If conservation is to operate effectively under these conditions, new methods will be necessary—methods that work across landscapes while maintaining legitimacy, public participation, and long-term stewardship.
A Regional Democratic Response
In last week’s essay, I described the present moment as an “in-between time”—a period when existing systems are clearly under strain, but the institutions that will shape the future have not yet taken form. Moments like this can be unsettling, but they also create space to think more seriously about how societies might organize themselves differently.
If conservation is to operate effectively amid rapid environmental change and institutional uncertainty, new forms of coordination may be required. One possibility is to organize stewardship more deliberately at the scale at which ecosystems operate: landscapes and ecoregions.

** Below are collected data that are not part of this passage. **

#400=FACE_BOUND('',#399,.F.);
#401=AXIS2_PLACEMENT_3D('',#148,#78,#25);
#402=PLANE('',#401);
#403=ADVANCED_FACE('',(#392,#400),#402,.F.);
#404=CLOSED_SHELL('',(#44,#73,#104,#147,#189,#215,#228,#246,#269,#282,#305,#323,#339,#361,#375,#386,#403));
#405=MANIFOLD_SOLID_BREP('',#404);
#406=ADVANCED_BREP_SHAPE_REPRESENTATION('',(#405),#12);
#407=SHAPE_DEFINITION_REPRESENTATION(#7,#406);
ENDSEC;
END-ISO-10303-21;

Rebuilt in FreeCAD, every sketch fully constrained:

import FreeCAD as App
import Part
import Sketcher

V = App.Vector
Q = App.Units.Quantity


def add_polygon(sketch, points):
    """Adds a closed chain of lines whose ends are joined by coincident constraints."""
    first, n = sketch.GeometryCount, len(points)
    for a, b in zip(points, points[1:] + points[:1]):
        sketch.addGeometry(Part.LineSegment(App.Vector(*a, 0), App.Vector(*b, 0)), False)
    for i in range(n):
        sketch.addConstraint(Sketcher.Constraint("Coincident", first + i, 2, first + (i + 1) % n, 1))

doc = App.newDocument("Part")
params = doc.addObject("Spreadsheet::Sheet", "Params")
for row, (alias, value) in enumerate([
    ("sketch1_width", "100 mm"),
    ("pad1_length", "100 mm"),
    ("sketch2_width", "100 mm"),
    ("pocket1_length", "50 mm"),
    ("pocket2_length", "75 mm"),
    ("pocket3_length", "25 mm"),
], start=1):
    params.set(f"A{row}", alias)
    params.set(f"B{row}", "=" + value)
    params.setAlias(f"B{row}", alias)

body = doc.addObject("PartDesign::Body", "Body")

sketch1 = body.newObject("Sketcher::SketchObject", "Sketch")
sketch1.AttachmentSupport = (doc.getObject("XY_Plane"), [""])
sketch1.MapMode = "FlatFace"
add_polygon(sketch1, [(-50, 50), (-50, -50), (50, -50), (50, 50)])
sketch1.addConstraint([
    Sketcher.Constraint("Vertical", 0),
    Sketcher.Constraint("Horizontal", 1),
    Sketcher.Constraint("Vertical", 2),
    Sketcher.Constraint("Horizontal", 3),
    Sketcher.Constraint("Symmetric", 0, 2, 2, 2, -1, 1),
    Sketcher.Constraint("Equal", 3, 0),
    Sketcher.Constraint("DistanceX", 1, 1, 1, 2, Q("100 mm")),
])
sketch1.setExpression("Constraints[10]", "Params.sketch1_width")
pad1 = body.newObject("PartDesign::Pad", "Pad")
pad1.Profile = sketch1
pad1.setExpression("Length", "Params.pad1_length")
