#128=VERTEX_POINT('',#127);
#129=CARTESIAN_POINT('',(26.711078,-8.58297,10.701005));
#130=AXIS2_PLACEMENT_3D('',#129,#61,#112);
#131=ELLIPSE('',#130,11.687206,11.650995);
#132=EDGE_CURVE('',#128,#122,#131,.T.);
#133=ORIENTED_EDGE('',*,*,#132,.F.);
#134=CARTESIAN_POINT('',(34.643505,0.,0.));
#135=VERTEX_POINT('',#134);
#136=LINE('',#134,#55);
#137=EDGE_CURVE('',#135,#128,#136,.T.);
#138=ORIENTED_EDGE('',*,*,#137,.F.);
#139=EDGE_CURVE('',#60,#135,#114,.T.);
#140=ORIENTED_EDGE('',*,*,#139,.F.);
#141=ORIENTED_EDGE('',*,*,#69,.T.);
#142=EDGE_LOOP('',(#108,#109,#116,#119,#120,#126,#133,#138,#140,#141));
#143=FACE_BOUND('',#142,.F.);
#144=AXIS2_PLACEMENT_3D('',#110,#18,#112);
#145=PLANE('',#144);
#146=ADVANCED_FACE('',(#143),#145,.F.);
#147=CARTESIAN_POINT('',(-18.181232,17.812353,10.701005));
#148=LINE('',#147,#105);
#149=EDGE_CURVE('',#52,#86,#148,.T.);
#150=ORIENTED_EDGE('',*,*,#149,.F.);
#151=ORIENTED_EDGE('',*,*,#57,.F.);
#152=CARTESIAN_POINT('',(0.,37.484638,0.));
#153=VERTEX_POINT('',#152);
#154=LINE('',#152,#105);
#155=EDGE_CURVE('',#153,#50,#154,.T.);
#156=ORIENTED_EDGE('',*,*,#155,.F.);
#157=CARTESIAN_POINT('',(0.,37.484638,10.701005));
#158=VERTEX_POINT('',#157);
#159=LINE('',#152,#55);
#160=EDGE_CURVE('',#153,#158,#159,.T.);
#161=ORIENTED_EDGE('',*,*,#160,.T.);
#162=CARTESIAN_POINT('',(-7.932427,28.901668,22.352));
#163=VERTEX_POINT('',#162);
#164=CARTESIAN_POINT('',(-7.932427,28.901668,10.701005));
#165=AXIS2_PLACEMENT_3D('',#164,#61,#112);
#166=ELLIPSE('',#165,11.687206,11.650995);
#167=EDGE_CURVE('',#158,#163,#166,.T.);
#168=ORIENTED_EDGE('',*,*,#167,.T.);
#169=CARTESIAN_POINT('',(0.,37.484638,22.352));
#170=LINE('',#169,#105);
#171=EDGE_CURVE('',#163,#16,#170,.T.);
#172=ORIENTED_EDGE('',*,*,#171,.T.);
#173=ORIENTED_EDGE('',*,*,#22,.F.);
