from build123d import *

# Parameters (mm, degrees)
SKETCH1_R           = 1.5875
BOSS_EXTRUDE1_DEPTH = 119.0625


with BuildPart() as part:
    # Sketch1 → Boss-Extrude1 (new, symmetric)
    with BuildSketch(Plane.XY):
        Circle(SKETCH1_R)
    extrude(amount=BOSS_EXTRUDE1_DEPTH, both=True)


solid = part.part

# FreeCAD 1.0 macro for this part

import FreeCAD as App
import Part
import Sketcher
from FreeCAD import Vector
Q = App.Units.Quantity

doc = App.newDocument("Part")
body = doc.addObject("PartDesign::Body", "Body")

# Sketch on XY plane
sketch1 = doc.addObject("Sketcher::SketchObject", "Sketch")
body.addObject(sketch1)
sketch1.AttachmentSupport = (doc.XY_Plane, [""])
sketch1.MapMode = "FlatFace"
sketch1.addGeometry(Part.Circle(Vector(0, 0, 0), Vector(0, 0, 1), 1.5875), False)
sketch1.addConstraint([
    Sketcher.Constraint("Coincident", 0, 3, -1, 1),
    Sketcher.Constraint("Diameter", 0, Q("0.125 in")),
])
pad1 = doc.addObject("PartDesign::Pad", "Pad")
body.addObject(pad1)
pad1.Profile = sketch1
pad1.Length = Q("9.375 in")
pad1.Midplane = True

doc.recompute()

This is the idea behind Ecoregional Cooperatives. Rather than relying exclusively on fragmented jurisdictional authorities, Ecoregional Cooperatives would function as democratic regional institutions designed to coordinate conservation and sustainable development across entire socio-ecological landscapes.
Their role would not be to replace existing agencies, landowners, or enterprises. Instead, ECOs would provide the institutional framework through which regions can design sustainable landscape futures and coordinate the integration of conservation, restoration, land use, and economic activity within ecological limits.

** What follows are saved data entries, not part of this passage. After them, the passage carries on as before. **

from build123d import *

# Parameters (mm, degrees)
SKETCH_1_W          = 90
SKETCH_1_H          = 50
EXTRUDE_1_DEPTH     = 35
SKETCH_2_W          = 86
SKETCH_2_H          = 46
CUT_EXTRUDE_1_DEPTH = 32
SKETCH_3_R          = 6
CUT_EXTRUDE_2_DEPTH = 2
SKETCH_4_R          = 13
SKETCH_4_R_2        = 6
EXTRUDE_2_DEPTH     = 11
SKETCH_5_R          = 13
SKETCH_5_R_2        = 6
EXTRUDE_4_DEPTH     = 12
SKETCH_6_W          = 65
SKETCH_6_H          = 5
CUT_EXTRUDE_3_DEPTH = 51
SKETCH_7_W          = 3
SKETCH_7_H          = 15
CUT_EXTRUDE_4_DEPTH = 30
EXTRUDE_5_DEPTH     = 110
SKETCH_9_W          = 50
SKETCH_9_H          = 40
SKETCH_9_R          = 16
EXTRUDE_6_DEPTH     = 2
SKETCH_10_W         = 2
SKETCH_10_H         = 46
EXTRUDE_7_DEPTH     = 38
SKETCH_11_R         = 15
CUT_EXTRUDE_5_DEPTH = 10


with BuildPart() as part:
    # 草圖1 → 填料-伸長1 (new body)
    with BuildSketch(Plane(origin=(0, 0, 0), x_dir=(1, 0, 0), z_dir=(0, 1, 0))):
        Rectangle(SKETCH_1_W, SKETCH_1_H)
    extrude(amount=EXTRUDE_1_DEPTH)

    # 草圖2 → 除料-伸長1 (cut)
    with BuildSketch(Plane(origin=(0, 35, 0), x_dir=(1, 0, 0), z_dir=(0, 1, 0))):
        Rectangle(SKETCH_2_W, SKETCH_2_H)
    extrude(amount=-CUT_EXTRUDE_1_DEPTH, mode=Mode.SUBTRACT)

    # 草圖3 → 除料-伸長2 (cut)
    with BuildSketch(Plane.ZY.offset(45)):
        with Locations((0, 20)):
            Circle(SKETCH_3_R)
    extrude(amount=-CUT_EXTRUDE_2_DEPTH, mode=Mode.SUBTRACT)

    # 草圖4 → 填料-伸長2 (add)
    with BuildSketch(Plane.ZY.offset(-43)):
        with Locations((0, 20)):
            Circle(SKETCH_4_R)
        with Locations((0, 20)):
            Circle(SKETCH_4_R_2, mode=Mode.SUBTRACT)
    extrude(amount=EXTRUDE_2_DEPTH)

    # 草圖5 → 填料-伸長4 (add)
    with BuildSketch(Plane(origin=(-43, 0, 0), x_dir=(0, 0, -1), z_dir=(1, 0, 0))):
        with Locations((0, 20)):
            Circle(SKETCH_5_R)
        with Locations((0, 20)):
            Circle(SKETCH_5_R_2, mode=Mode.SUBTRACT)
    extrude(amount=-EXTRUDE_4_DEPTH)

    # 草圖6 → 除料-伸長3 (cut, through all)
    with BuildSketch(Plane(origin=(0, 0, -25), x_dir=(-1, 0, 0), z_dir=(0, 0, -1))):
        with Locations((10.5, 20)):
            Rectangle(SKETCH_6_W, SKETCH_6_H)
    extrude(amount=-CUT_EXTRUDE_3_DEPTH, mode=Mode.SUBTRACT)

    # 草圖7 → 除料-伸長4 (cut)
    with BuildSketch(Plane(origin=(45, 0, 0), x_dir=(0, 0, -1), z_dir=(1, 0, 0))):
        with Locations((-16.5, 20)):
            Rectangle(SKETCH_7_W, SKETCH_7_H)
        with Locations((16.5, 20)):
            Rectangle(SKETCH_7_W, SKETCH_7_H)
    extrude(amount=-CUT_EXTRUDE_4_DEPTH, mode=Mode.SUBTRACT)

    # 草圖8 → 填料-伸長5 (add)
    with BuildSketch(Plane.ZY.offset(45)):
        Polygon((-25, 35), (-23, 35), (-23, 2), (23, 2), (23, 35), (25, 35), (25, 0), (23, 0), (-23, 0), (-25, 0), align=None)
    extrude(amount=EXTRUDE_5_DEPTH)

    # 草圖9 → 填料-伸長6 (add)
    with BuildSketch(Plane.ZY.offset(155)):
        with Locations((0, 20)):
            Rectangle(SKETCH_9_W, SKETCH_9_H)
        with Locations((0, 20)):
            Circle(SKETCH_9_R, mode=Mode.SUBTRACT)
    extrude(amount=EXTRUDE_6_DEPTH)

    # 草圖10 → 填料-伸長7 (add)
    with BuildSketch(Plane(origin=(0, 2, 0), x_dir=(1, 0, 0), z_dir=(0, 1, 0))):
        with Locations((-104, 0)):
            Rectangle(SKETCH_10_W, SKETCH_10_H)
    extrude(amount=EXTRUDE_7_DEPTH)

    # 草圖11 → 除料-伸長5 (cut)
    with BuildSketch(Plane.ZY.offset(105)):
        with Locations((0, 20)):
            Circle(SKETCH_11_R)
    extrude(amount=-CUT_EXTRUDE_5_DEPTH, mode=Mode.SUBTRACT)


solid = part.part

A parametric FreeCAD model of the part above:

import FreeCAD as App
import Part
import Sketcher
from FreeCAD import Vector
Q = App.Units.Quantity


def add_polygon(sketch, points):
    """Adds a closed chain of lines whose ends are joined by coincident constraints."""
    first, n = sketch.GeometryCount, len(points)
    for a, b in zip(points, points[1:] + points[:1]):
        sketch.addGeometry(Part.LineSegment(App.Vector(*a, 0), App.Vector(*b, 0)), False)
    for i in range(n):
        sketch.addConstraint(Sketcher.Constraint("Coincident", first + i, 2, first + (i + 1) % n, 1))

doc = App.newDocument("Part")
body = doc.addObject("PartDesign::Body", "Body")

# Sketch on XZ plane
sketch1 = body.newObject("Sketcher::SketchObject", "Sketch")
sketch1.AttachmentSupport = (doc.getObject("XZ_Plane"), [""])
sketch1.MapMode = "FlatFace"
add_polygon(sketch1, [(-45, -25), (-45, 25), (45, 25), (45, -25)])  # lines 0-3
sketch1.addConstraint([
    Sketcher.Constraint("Vertical", 0),
    Sketcher.Constraint("Horizontal", 1),
    Sketcher.Constraint("Vertical", 2),
    Sketcher.Constraint("Horizontal", 3),
    Sketcher.Constraint("Symmetric", 0, 2, 2, 2, -1, 1),
    Sketcher.Constraint("DistanceX", 1, 1, 1, 2, Q("90 mm")),
    Sketcher.Constraint("DistanceY", 0, 1, 0, 2, Q("50 mm")),
])
pad1 = body.newObject("PartDesign::Pad", "Pad")
pad1.Profile = sketch1
pad1.Length = 35
pad1.Reversed = True

# Sketch on XZ plane
sketch2 = body.newObject("Sketcher::SketchObject", "Sketch001")
sketch2.AttachmentSupport = (doc.getObject("XZ_Plane"), [""])
sketch2.MapMode = "FlatFace"
sketch2.AttachmentOffset = App.Placement(Vector(0, 0, -35), App.Rotation())
add_polygon(sketch2, [(-43, -23), (-43, 23), (43, 23), (43, -23)])  # lines 0-3
sketch2.addConstraint([
    Sketcher.Constraint("Vertical", 0),
    Sketcher.Constraint("Horizontal", 1),
    Sketcher.Constraint("Vertical", 2),
    Sketcher.Constraint("Horizontal", 3),
    Sketcher.Constraint("Symmetric", 0, 2, 2, 2, -1, 1),
    Sketcher.Constraint("DistanceX", 1, 1, 1, 2, Q("86 mm")),
    Sketcher.Constraint("DistanceY", 0, 1, 0, 2, Q("46 mm")),
])
pocket1 = body.newObject("PartDesign::Pocket", "Pocket")
pocket1.Profile = sketch2
pocket1.Length = 32
pocket1.Reversed = True

# Sketch on YZ plane
sketch3 = body.newObject("Sketcher::SketchObject", "Sketch002")
sketch3.AttachmentSupport = (doc.getObject("YZ_Plane"), [""])
sketch3.MapMode = "FlatFace"
sketch3.AttachmentOffset = App.Placement(Vector(0, 0, -45), App.Rotation())
sketch3.addGeometry(Part.Circle(Vector(20, 0, 0), Vector(0, 0, 1), 6), False)
sketch3.addConstraint([
    Sketcher.Constraint("PointOnObject", 0, 3, -1),
    Sketcher.Constraint("Diameter", 0, Q("12 mm")),
    Sketcher.Constraint("DistanceX", -1, 1, 0, 3, Q("20 mm")),
])
pocket2 = body.newObject("PartDesign::Pocket", "Pocket001")
pocket2.Profile = sketch3
pocket2.Length = 2
pocket2.Reversed = True

# Sketch on YZ plane
sketch4 = body.newObject("Sketcher::SketchObject", "Sketch003")
sketch4.AttachmentSupport = (doc.getObject("YZ_Plane"), [""])
sketch4.MapMode = "FlatFace"
sketch4.AttachmentOffset = App.Placement(Vector(0, 0, 43), App.Rotation())
sketch4.addGeometry([
    Part.Circle(Vector(20, 0, 0), Vector(0, 0, 1), 13),
    Part.Circle(Vector(20, 0, 0), Vector(0, 0, 1), 6),
], False)
sketch4.addConstraint([
    Sketcher.Constraint("Coincident", 1, 3, 0, 3),
    Sketcher.Constraint("PointOnObject", 0, 3, -1),
    Sketcher.Constraint("Diameter", 0, Q("26 mm")),
    Sketcher.Constraint("Diameter", 1, Q("12 mm")),
    Sketcher.Constraint("DistanceX", -1, 1, 0, 3, Q("20 mm")),
])
pad2 = body.newObject("PartDesign::Pad", "Pad001")
pad2.Profile = sketch4
pad2.Length = 11
pad2.Reversed = True

# Sketch on YZ plane
sketch5 = body.newObject("Sketcher::SketchObject", "Sketch004")
sketch5.AttachmentSupport = (doc.getObject("YZ_Plane"), [""])
sketch5.MapMode = "FlatFace"
sketch5.AttachmentOffset = App.Placement(Vector(0, 0, -43), App.Rotation())
sketch5.addGeometry([
    Part.Circle(Vector(20, 0, 0), Vector(0, 0, 1), 13),
    Part.Circle(Vector(20, 0, 0), Vector(0, 0, 1), 6),
], False)
sketch5.addConstraint([
    Sketcher.Constraint("Coincident", 1, 3, 0, 3),
    Sketcher.Constraint("PointOnObject", 0, 3, -1),
    Sketcher.Constraint("Diameter", 0, Q("26 mm")),
    Sketcher.Constraint("Diameter", 1, Q("12 mm")),
    Sketcher.Constraint("DistanceX", -1, 1, 0, 3, Q("20 mm")),
])
pad3 = body.newObject("PartDesign::Pad", "Pad002")
pad3.Profile = sketch5
pad3.Length = 12
pad3.Reversed = True

# Sketch on XY plane
sketch6 = body.newObject("Sketcher::SketchObject", "Sketch005")
sketch6.AttachmentSupport = (doc.getObject("XY_Plane"), [""])
sketch6.MapMode = "FlatFace"
sketch6.AttachmentOffset = App.Placement(Vector(0, 0, -25), App.Rotation())
add_polygon(sketch6, [(22, 22), (22, 18), (-43, 18), (-43, 22)])  # lines 0-3
sketch6.addConstraint([
    Sketcher.Constraint("Vertical", 0),
    Sketcher.Constraint("Horizontal", 1),
    Sketcher.Constraint("Vertical", 2),
    Sketcher.Constraint("Horizontal", 3),
    Sketcher.Constraint("DistanceX", 1, 2, 1, 1, Q("65 mm")),
    Sketcher.Constraint("DistanceY", 0, 2, 0, 1, Q("5 mm")),
    Sketcher.Constraint("DistanceX", -1, 1, 0, 2, Q("22 mm")),
    Sketcher.Constraint("DistanceY", -1, 1, 0, 2, Q("17.5 mm")),
])
pocket3 = body.newObject("PartDesign::Pocket", "Pocket002")
pocket3.Profile = sketch6
pocket3.Type = "ThroughAll"
pocket3.Reversed = True

# Sketch on YZ plane
sketch7 = body.newObject("Sketcher::SketchObject", "Sketch006")
sketch7.AttachmentSupport = (doc.getObject("YZ_Plane"), [""])
sketch7.MapMode = "FlatFace"
sketch7.AttachmentOffset = App.Placement(Vector(0, 0, 45), App.Rotation())
add_polygon(sketch7, [(27.5, 18), (12.5, 18), (12.5, 15), (27.5, 15)])  # lines 0-3
add_polygon(sketch7, [(27.5, -15), (12.5, -15), (12.5, -18), (27.5, -18)])  # lines 4-7
sketch7.addConstraint([
    Sketcher.Constraint("Horizontal", 0),
    Sketcher.Constraint("Vertical", 1),
    Sketcher.Constraint("Horizontal", 2),
    Sketcher.Constraint("Vertical", 3),
    Sketcher.Constraint("Horizontal", 4),
    Sketcher.Constraint("Vertical", 5),
    Sketcher.Constraint("Horizontal", 6),
    Sketcher.Constraint("Vertical", 7),
    Sketcher.Constraint("Symmetric", 1, 2, 4, 2, -1),
    Sketcher.Constraint("Symmetric", 3, 2, 6, 2, -1),
    Sketcher.Constraint("DistanceX", 0, 2, 0, 1, Q("15 mm")),
    Sketcher.Constraint("DistanceY", 1, 2, 1, 1, Q("3 mm")),
    Sketcher.Constraint("DistanceY", -1, 1, 0, 2, Q("18 mm")),
    Sketcher.Constraint("DistanceX", -1, 1, 0, 2, Q("12.5 mm")),
])
pocket4 = body.newObject("PartDesign::Pocket", "Pocket003")
pocket4.Profile = sketch7
pocket4.Length = 30

# Sketch on YZ plane
sketch8 = body.newObject("Sketcher::SketchObject", "Sketch007")
sketch8.AttachmentSupport = (doc.getObject("YZ_Plane"), [""])
sketch8.MapMode = "FlatFace"
sketch8.AttachmentOffset = App.Placement(Vector(0, 0, -45), App.Rotation())
add_polygon(sketch8, [(35, -23), (35, -25), (0, -25), (0, 25), (35, 25), (35, 23), (2, 23), (2, -23)])  # lines 0-7
sketch8.addConstraint([
    Sketcher.Constraint("Vertical", 0),
    Sketcher.Constraint("Horizontal", 1),
    Sketcher.Constraint("Vertical", 2),
    Sketcher.Constraint("Horizontal", 3),
    Sketcher.Constraint("Vertical", 4),
    Sketcher.Constraint("Horizontal", 5),
    Sketcher.Constraint("Vertical", 6),
    Sketcher.Constraint("Horizontal", 7),
    Sketcher.Constraint("Symmetric", 1, 2, 2, 2, -1, 1),
    Sketcher.Constraint("Symmetric", 4, 2, 7, 2, -1),
    Sketcher.Constraint("DistanceX", 1, 2, 1, 1, Q("35 mm")),
    Sketcher.Constraint("DistanceX", 5, 2, 5, 1, Q("33 mm")),
    Sketcher.Constraint("DistanceY", 0, 2, 0, 1, Q("2 mm")),
    Sketcher.Constraint("DistanceY", 2, 1, 2, 2, Q("50 mm")),
])
pad4 = body.newObject("PartDesign::Pad", "Pad003")
pad4.Profile = sketch8
pad4.Length = 110
pad4.Reversed = True

# Sketch on YZ plane
sketch9 = body.newObject("Sketcher::SketchObject", "Sketch008")
sketch9.AttachmentSupport = (doc.getObject("YZ_Plane"), [""])
sketch9.MapMode = "FlatFace"
sketch9.AttachmentOffset = App.Placement(Vector(0, 0, -155), App.Rotation())
add_polygon(sketch9, [(40, -25), (0, -25), (0, 25), (40, 25)])  # lines 0-3
sketch9.addGeometry(Part.Circle(Vector(20, 0, 0), Vector(0, 0, 1), 16), False)  # 4
sketch9.addConstraint([
    Sketcher.Constraint("Horizontal", 0),
    Sketcher.Constraint("Vertical", 1),
    Sketcher.Constraint("Horizontal", 2),
    Sketcher.Constraint("Vertical", 3),
    Sketcher.Constraint("Symmetric", 0, 2, 1, 2, -1, 1),
    Sketcher.Constraint("PointOnObject", 4, 3, -1),
    Sketcher.Constraint("Diameter", 4, Q("32 mm")),
    Sketcher.Constraint("DistanceX", 0, 2, 0, 1, Q("40 mm")),
    Sketcher.Constraint("DistanceY", 1, 1, 1, 2, Q("50 mm")),
    Sketcher.Constraint("DistanceX", -1, 1, 4, 3, Q("20 mm")),
])
pad5 = body.newObject("PartDesign::Pad", "Pad004")
pad5.Profile = sketch9
pad5.Length = 2
pad5.Reversed = True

In this model, regional stakeholders—including public agencies, tribes, local governments, scientists, conservation organizations, landowners, and residents—would work together to negotiate how land, water, biodiversity, restoration, and development interact across the landscape. The goal is not simply to understand ecological systems, but to design socio-ecological systems capable of sustaining both nature and human communities over time.

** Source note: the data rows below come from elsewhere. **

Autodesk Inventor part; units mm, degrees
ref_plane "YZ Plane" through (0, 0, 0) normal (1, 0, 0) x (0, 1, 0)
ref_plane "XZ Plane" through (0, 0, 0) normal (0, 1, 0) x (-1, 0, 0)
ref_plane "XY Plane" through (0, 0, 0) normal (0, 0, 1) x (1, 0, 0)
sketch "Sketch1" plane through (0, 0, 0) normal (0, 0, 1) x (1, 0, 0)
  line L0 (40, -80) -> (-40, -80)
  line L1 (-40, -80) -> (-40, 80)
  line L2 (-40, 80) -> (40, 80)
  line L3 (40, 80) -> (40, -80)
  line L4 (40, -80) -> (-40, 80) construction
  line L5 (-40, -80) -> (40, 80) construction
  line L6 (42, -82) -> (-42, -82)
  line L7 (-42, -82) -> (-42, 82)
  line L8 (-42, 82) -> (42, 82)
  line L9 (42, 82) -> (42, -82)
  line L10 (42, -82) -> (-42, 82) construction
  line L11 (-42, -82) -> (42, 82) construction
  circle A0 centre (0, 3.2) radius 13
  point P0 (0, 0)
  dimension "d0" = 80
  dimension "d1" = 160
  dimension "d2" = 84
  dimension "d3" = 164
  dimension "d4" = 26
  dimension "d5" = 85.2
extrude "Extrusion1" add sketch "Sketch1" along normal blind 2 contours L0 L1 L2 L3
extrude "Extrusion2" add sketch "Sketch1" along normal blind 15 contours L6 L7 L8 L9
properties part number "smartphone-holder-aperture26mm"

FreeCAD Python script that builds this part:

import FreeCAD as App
import Part
import Sketcher
from FreeCAD import Vector

doc = App.newDocument("Part")
body = doc.addObject("PartDesign::Body", "Body")

# Sketch on XY plane
sketch1 = doc.addObject("Sketcher::SketchObject", "Sketch")
body.addObject(sketch1)
sketch1.AttachmentSupport = (doc.XY_Plane, [""])
sketch1.MapMode = "FlatFace"
sketch1.addGeometry([
    Part.LineSegment(Vector(-40, -80, 0), Vector(40, -80, 0)),  # 0
    Part.LineSegment(Vector(40, -80, 0), Vector(40, 80, 0)),  # 1
    Part.LineSegment(Vector(40, 80, 0), Vector(-40, 80, 0)),  # 2
    Part.LineSegment(Vector(-40, 80, 0), Vector(-40, -80, 0)),  # 3
    Part.Circle(Vector(0, 3, 0), Vector(0, 0, 1), 13),  # 4
], False)
sketch1.addConstraint([
    Sketcher.Constraint("Coincident", 0, 2, 1, 1),
    Sketcher.Constraint("Coincident", 1, 2, 2, 1),
    Sketcher.Constraint("Coincident", 2, 2, 3, 1),
    Sketcher.Constraint("Coincident", 3, 2, 0, 1),
    Sketcher.Constraint("Horizontal", 0),
    Sketcher.Constraint("Vertical", 1),
    Sketcher.Constraint("Horizontal", 2),
    Sketcher.Constraint("Vertical", 3),
    Sketcher.Constraint("Symmetric", 0, 2, 2, 2, -1, 1),
    Sketcher.Constraint("PointOnObject", 4, 3, -2),
    Sketcher.Constraint("Diameter", 4, 26.0),
    Sketcher.Constraint("DistanceX", 0, 1, 0, 2, 80.0),
    Sketcher.Constraint("DistanceY", 1, 1, 1, 2, 160.0),
    Sketcher.Constraint("DistanceY", -1, 1, 4, 3, 3.2),
])
pad1 = doc.addObject("PartDesign::Pad", "Pad")
body.addObject(pad1)
pad1.Profile = sketch1
pad1.Length = 2

# Sketch on XY plane
sketch2 = doc.addObject("Sketcher::SketchObject", "Sketch001")
body.addObject(sketch2)
sketch2.AttachmentSupport = (doc.XY_Plane, [""])
sketch2.MapMode = "FlatFace"
sketch2.addGeometry([
    Part.LineSegment(Vector(-42, -82, 0), Vector(42, -82, 0)),  # 0
    Part.LineSegment(Vector(42, -82, 0), Vector(42, 82, 0)),  # 1
    Part.LineSegment(Vector(42, 82, 0), Vector(-42, 82, 0)),  # 2
    Part.LineSegment(Vector(-42, 82, 0), Vector(-42, -82, 0)),  # 3
    Part.LineSegment(Vector(40, 80, 0), Vector(40, -80, 0)),  # 4
    Part.LineSegment(Vector(40, -80, 0), Vector(-40, -80, 0)),  # 5
    Part.LineSegment(Vector(-40, -80, 0), Vector(-40, 80, 0)),  # 6
    Part.LineSegment(Vector(-40, 80, 0), Vector(40, 80, 0)),  # 7
], False)
sketch2.addConstraint([
    Sketcher.Constraint("Coincident", 0, 2, 1, 1),
    Sketcher.Constraint("Coincident", 1, 2, 2, 1),
    Sketcher.Constraint("Coincident", 2, 2, 3, 1),
    Sketcher.Constraint("Coincident", 3, 2, 0, 1),
    Sketcher.Constraint("Coincident", 4, 2, 5, 1),
    Sketcher.Constraint("Coincident", 5, 2, 6, 1),
    Sketcher.Constraint("Coincident", 6, 2, 7, 1),
    Sketcher.Constraint("Coincident", 7, 2, 4, 1),
    Sketcher.Constraint("Horizontal", 0),
    Sketcher.Constraint("Vertical", 1),
    Sketcher.Constraint("Horizontal", 2),
    Sketcher.Constraint("Vertical", 3),
    Sketcher.Constraint("Vertical", 4),
    Sketcher.Constraint("Horizontal", 5),
    Sketcher.Constraint("Vertical", 6),
    Sketcher.Constraint("Horizontal", 7),
    Sketcher.Constraint("Symmetric", 0, 2, 2, 2, -1, 1),
    Sketcher.Constraint("Symmetric", 4, 2, 6, 2, -1, 1),
    Sketcher.Constraint("DistanceX", 0, 1, 0, 2, 84.0),
    Sketcher.Constraint("DistanceX", 5, 2, 5, 1, 80.0),
    Sketcher.Constraint("DistanceY", 1, 1, 1, 2, 164.0),
    Sketcher.Constraint("DistanceY", 4, 2, 4, 1, 160.0),
])
pad2 = doc.addObject("PartDesign::Pad", "Pad001")
body.addObject(pad2)
pad2.Profile = sketch2
pad2.Length = 15

doc.recompute()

Tools such as landscape conservation design (LCD) would support this process by integrating ecological and social sciences, spatial analysis, and stakeholder knowledge to explore plausible landscape configurations and develop strategic plans at the landscape scale. In this framework, landscape conservation is the practice, LCD is the design methodology, and Ecoregional Cooperatives provide the democratic institutional architecture capable of organizing and sustaining that work at the regional scale.
Ideas like this are not presented as immediate policy blueprints. They are part of a longer conversation about what conservation might need to look like in the years ahead as the current condition continues to unravel. Periods of institutional uncertainty—the kind of “in-between time” we are living through now—are often when societies begin imagining the institutions that will define the next era of stewardship.
Designing Conservation for a Different Planet
The climate record now makes something clear: the environmental conditions that shaped conservation during much of the twentieth century are already changing. Within a single lifetime, the baseline climate of the United States has shifted measurably, altering the ecological systems conservation is meant to steward.
Yet the institutional structures responsible for organizing that stewardship remain largely rooted in the assumptions of an earlier era. Conservation still relies heavily on governance frameworks designed for a more stable environmental context.
If the planet has already changed, the systems responsible for stewarding it must evolve as well. The question is not only how ecosystems will respond to environmental change, but how societies will organize themselves to care for those systems under new conditions.
That is ultimately the challenge explored in my upcoming book, Designing Nature’s Half: An Architecture for Conserving 50% by 2050. Imagining institutions capable of sustaining conservation across landscapes in a rapidly changing world.